In other words I need to prove that the partial sum of the harmonic series diverges.  I know the integral test works in this case, but does anybody know of any other methods for showing this?
 A: There are many ways to show this.
\begin{align}
& 1 + \frac 1 2 + \frac 1 3 + \frac 1 4 + \frac 1 5 + \cdots \\[15pt]
= {} & 1 + \frac 1 3 + \frac 1 5 + \frac 1 7 + \cdots \\[8pt]
& \phantom{1} + \frac 1 2 + \frac 1 4 + \frac 1 6 + \cdots \\[15pt]
> {} & \phantom{{} + {}}  \frac 1 2 + \frac 1 4 + \frac 1 6 + \cdots \\[8pt]
& {} + \frac 1 2 + \frac 1 4 + \frac 1 6 + \cdots
\quad (\text{This “}{>}\text{'' is true if the sum is finite.)} \\[15pt]
= {} & 1 + \frac 1 2 + \frac 1 3 + \frac 1 4 + \frac 1 5 + \cdots
\end{align}
Here's a more frequently seen way:
\begin{align}
& 1 + \left(\frac 1 2\right) + \left(\frac 1 3 + \frac 1 4\right) + \left( \frac 1 5 + \cdots + \frac 1 8 \right) + \left( \frac 1 9 + \cdots + \frac 1 {16} \right) + \cdots \\[10pt]
\ge {} & 1 + \left(\frac 1 2\right) + \left(\frac 1 4 + \frac 1 4\right) + \left( \frac 1 8 + \cdots + \frac 1 8 \right) + \left( \frac 1 {16} + \cdots + \frac 1 {16} \right) + \cdots \\[10pt]
= {} & 1 + \frac 1 2 + \frac 1 2 + \frac 1 2 + \frac 1 2 + \cdots = \infty.  
\end{align}
A: There are also two additional methods.
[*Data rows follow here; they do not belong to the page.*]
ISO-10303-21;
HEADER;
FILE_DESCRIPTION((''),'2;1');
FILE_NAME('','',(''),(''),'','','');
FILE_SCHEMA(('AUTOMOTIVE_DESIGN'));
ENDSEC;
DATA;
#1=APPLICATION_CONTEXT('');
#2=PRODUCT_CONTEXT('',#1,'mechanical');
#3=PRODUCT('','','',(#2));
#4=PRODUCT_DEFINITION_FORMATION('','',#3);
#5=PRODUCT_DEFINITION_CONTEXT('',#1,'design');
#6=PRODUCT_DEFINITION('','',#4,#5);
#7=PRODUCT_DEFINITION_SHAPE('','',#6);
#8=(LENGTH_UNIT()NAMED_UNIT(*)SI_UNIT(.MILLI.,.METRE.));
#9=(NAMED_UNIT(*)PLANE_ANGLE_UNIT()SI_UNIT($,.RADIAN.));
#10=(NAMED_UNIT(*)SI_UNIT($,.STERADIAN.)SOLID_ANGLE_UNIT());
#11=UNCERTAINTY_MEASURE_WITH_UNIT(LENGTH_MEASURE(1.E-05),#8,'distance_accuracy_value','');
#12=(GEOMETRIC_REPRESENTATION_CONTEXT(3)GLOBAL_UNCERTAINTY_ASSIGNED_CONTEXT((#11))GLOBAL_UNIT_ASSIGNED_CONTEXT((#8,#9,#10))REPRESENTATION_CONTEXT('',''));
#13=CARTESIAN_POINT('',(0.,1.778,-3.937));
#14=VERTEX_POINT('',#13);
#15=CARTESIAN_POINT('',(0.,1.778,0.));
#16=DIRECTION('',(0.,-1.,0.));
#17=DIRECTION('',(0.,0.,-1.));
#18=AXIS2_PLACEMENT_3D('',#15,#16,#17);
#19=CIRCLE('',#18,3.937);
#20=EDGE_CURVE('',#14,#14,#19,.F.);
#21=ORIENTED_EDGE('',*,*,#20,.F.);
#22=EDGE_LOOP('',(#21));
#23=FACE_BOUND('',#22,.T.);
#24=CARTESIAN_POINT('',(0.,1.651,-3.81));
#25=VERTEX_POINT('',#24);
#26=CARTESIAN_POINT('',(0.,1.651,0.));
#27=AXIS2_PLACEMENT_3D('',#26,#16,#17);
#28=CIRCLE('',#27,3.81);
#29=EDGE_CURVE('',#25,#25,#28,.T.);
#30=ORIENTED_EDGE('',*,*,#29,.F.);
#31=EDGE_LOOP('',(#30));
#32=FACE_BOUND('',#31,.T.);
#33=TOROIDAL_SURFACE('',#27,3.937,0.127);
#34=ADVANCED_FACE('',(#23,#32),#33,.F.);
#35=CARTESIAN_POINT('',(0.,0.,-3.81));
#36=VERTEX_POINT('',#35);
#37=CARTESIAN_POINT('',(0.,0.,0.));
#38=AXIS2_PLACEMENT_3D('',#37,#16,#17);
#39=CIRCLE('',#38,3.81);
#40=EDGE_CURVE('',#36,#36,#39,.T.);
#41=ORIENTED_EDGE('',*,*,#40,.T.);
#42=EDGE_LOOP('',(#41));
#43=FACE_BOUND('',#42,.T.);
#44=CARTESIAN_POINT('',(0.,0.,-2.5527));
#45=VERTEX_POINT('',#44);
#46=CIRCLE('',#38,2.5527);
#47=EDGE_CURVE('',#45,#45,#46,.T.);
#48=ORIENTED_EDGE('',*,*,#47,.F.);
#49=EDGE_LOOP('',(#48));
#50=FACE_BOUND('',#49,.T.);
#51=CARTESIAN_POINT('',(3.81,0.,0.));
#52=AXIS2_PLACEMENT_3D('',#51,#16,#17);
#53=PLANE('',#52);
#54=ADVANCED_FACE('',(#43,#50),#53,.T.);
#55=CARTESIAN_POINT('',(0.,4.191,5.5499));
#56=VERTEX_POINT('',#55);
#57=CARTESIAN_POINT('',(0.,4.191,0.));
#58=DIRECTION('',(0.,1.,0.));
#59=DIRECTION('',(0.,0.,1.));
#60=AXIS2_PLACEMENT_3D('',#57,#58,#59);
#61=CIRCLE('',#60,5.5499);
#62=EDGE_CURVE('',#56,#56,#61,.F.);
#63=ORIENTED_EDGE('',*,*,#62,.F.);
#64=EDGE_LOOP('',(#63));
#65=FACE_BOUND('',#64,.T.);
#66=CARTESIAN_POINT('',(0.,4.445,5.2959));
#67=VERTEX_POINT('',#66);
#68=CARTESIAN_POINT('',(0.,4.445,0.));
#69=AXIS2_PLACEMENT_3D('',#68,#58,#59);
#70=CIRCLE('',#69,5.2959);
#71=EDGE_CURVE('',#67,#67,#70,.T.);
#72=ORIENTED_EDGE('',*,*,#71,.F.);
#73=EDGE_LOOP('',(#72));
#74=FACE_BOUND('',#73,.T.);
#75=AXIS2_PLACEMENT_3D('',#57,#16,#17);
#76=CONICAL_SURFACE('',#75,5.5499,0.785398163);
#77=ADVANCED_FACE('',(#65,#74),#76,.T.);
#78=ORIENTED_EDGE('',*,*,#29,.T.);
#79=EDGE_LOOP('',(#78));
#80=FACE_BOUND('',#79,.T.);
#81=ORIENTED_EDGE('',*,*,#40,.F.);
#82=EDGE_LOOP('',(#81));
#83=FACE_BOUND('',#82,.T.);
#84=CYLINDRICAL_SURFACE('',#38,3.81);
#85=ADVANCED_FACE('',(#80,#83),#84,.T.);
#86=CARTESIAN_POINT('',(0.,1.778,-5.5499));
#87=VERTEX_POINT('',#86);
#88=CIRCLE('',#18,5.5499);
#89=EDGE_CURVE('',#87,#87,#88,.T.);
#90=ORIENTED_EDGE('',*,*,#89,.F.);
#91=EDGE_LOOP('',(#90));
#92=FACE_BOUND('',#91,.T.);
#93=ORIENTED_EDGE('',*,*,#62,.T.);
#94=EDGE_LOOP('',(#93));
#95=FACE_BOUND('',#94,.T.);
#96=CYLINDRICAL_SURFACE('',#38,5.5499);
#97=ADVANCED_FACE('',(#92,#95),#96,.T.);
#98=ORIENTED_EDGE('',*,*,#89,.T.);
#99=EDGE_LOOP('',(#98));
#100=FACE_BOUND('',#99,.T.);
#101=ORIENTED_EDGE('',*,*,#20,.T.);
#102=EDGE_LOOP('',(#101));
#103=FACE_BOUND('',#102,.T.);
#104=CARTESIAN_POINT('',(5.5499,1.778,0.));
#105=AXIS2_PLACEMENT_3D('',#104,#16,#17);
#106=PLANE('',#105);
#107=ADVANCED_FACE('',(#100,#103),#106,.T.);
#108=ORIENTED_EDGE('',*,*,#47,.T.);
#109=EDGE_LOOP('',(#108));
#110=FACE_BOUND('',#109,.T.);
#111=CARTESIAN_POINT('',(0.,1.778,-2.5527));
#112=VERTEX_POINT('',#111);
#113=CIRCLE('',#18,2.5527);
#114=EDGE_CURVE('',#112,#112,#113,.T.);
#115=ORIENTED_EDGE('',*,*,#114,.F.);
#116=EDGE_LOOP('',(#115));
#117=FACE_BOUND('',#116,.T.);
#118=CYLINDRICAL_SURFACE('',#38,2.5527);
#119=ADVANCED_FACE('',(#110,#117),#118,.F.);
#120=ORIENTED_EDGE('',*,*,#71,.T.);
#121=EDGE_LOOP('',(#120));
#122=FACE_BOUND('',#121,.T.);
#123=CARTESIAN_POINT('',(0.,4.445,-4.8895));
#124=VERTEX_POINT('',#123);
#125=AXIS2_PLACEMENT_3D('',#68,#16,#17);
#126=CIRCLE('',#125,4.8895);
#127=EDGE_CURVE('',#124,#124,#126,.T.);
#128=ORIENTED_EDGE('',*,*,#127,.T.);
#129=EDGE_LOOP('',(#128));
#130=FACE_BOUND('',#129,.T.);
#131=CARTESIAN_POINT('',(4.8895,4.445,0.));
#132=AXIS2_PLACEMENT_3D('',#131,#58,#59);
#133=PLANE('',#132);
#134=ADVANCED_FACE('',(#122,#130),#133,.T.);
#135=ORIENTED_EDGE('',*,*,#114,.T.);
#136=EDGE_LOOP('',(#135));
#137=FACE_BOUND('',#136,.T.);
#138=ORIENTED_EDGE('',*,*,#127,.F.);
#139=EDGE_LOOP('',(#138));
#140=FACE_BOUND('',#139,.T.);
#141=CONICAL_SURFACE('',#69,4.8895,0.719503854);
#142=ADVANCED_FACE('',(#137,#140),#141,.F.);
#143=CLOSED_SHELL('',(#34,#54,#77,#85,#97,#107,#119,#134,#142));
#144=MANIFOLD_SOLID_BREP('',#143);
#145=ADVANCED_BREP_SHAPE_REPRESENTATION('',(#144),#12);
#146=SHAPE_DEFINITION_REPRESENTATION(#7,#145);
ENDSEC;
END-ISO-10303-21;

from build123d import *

# Parameters (mm, degrees)
CHAMFER1_SIZE = 0.254
FILLET1_R     = 0.127


with BuildPart() as part:
    # Sketch1 → Revolve1 (revolve)
    with BuildSketch(Plane.XY):
        Polygon((2.5527, 0), (2.5527, 1.778), (4.8895, 4.445), (5.5499, 4.445), (5.5499, 1.778), (3.81, 1.778), (3.81, 0), align=None)
    revolve(axis=Axis((0, 0, 0), (0, 1, 0)))

    # Chamfer1
    chamfer1_edges = [part.edges().sort_by_distance(p)[0] for p in [
        (-5.5499, 4.445, 0),
    ]]
    chamfer(chamfer1_edges, length=CHAMFER1_SIZE)

    # Fillet1
    fillet1_edges = [part.edges().sort_by_distance(p)[0] for p in [
        (-3.81, 1.778, 0),
    ]]
    fillet(fillet1_edges, radius=FILLET1_R)


solid = part.part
Method 1: There is an necessary condition that states that a series of positive and decreasing $a_n$ can only be convergent if $\lim_{n\to \infty}n\cdot a_n=0$.
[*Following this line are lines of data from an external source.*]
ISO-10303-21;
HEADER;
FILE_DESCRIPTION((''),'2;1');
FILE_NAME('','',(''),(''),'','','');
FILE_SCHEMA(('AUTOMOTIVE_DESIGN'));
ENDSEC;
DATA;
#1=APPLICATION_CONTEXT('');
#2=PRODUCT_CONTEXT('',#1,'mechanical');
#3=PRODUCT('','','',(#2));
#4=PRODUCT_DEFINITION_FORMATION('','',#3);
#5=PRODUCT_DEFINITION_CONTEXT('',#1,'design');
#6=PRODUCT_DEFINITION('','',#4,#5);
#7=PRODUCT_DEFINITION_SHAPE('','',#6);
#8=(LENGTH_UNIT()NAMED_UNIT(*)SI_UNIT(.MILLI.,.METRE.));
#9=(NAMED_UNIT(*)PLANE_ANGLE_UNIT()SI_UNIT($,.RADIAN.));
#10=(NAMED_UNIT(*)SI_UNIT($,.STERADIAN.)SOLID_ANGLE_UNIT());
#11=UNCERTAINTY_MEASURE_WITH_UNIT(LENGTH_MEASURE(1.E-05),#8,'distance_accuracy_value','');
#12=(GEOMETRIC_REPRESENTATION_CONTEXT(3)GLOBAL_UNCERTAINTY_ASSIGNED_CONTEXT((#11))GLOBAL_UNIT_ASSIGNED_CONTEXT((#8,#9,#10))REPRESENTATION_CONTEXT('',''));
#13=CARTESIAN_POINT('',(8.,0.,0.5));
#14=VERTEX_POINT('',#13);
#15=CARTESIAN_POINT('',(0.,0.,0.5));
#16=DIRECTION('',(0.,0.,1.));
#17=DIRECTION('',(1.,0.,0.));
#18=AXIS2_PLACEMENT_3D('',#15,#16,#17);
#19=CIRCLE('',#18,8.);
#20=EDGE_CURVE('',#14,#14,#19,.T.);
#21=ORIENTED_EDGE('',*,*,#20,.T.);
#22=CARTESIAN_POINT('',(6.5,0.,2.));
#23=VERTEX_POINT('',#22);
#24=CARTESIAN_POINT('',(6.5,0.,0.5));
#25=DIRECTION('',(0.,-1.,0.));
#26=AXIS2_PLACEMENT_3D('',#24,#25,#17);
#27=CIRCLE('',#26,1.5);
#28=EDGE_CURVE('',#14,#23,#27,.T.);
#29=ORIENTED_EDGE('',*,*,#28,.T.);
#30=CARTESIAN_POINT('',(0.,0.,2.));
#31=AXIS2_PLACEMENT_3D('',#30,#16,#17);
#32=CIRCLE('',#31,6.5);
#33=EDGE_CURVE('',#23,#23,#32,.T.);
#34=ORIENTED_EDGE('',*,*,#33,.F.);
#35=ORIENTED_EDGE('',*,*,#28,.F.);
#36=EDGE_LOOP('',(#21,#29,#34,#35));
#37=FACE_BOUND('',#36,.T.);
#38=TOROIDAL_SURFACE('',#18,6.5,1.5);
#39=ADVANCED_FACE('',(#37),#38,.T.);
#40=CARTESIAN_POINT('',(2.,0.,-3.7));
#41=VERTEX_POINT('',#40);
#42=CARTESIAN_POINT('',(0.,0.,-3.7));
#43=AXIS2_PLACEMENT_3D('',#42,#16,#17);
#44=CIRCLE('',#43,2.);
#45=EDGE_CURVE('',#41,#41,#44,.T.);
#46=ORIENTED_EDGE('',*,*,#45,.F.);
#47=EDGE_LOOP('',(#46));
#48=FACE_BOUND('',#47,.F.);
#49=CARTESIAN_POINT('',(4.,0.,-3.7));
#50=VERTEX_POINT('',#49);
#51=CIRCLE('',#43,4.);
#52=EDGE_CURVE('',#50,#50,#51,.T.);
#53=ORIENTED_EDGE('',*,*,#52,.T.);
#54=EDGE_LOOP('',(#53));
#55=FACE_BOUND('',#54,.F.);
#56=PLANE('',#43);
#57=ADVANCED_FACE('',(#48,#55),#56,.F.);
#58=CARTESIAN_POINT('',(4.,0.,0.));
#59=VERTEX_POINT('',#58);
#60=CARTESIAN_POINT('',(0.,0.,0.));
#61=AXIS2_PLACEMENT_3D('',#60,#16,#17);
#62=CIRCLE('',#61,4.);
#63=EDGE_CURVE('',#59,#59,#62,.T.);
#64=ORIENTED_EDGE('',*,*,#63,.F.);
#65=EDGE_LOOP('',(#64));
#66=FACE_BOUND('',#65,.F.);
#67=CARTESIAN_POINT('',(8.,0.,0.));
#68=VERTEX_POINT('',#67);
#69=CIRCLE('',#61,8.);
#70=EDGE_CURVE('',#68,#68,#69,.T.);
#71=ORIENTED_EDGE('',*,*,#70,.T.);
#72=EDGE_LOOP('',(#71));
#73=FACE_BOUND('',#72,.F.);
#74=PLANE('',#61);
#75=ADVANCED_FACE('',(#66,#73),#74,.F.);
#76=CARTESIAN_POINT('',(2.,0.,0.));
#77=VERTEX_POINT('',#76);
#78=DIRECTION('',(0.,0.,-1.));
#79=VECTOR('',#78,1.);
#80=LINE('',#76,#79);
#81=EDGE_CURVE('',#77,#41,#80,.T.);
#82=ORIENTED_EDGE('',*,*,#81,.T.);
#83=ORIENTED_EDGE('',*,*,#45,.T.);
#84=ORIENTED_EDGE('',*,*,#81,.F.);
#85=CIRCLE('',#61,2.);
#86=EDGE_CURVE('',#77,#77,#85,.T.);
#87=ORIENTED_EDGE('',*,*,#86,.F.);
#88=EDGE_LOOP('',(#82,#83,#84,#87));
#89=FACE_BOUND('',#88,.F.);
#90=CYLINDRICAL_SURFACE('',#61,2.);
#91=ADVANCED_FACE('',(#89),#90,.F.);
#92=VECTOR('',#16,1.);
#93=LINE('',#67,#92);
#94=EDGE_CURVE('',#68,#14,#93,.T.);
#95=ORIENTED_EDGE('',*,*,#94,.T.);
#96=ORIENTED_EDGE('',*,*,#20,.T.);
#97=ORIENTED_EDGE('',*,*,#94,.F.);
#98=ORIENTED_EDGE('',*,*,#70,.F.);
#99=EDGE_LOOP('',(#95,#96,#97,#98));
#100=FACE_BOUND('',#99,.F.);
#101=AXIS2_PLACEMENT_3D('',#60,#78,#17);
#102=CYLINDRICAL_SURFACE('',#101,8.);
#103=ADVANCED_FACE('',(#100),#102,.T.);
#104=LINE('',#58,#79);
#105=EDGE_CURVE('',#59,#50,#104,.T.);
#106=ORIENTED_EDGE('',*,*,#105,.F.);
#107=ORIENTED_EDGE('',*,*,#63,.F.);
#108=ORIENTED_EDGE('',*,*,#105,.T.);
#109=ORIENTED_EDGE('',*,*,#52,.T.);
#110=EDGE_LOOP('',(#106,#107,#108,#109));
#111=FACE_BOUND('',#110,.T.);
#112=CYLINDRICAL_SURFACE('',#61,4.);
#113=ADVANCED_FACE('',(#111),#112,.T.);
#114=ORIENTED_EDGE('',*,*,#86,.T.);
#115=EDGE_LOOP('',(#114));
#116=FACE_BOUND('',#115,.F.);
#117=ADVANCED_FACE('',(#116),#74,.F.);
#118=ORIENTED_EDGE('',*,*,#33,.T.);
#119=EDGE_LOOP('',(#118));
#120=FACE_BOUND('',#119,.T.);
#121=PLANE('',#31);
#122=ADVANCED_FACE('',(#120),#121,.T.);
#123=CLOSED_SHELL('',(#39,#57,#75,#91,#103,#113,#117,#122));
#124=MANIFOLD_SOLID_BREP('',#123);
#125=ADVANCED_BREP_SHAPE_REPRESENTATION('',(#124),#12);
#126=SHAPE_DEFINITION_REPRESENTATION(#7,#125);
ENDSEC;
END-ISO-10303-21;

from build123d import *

# Parameters (mm, degrees)
F0_R     = 8
F0_R_2   = 4
F0_R_3   = 2
F1_DEPTH = 2
F2_DEPTH = 3.7
F3_R     = 1.5


with BuildPart() as f1:
    # F0 (on Top) → F1 (new body)
    with BuildSketch(Plane.XY):
        Circle(F0_R)
        Circle(F0_R_2, mode=Mode.SUBTRACT)
        Circle(F0_R_2)
        Circle(F0_R_3, mode=Mode.SUBTRACT)
        Circle(F0_R_3)
    extrude(amount=F1_DEPTH)

    # F0 (on Top) → F2 (join)
    with BuildSketch(Plane.XY):
        Circle(F0_R_2)
        Circle(F0_R_3, mode=Mode.SUBTRACT)
    extrude(amount=-F2_DEPTH)

    # F3
    f3_edges = [f1.edges().sort_by_distance(p)[0] for p in [
        (-8, 0, 2),
    ]]
    fillet(f3_edges, radius=F3_R)


solid = f1.part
Method 2: Use Raabe–Duhamel's test (https://en.wikipedia.org/wiki/Convergence_tests)
A: Using Euler's form of the Harmonic numbers,
$$\sum_{k=1}^n\frac1k=\int_0^1\frac{1-x^n}{1-x}dx$$
$$\begin{align}
\lim_{n\to\infty}\sum_{k=1}^n\frac1k & =\lim_{n\to\infty}\int_0^1\frac{1-x^n}{1-x}dx \\
& =\int_0^1\frac1{1-x}dx \\
& =\left.\lim_{p\to1^+}-\ln(1-x)\right]_0^p \\
& \to+\infty
\end{align}$$

Using the Taylor expansion of $\ln(1-x)$,
$$-\ln(1-x)=x+\frac{x^2}2+\frac{x^3}3+\frac{x^4}4+\dots$$
$$-\ln(1-1)=1+\frac12+\frac13+\frac14+\dots\quad\ $$

Using Euler's relationship between the Riemann zeta function and the Dirichlet eta function,
$$\begin{align}
\sum_{k=1}^\infty\frac1{k^s} & =\frac1{1-2^{1-s}}\sum_{k=1}^\infty\frac{(-1)^{k+1}}{k^s} \\
\sum_{k=1}^\infty\frac1k & =\frac10\sum_{k=1}^\infty\frac{(-1)^{k+1}}k\tag{$s=1$} \\
& \to+\infty
\end{align}$$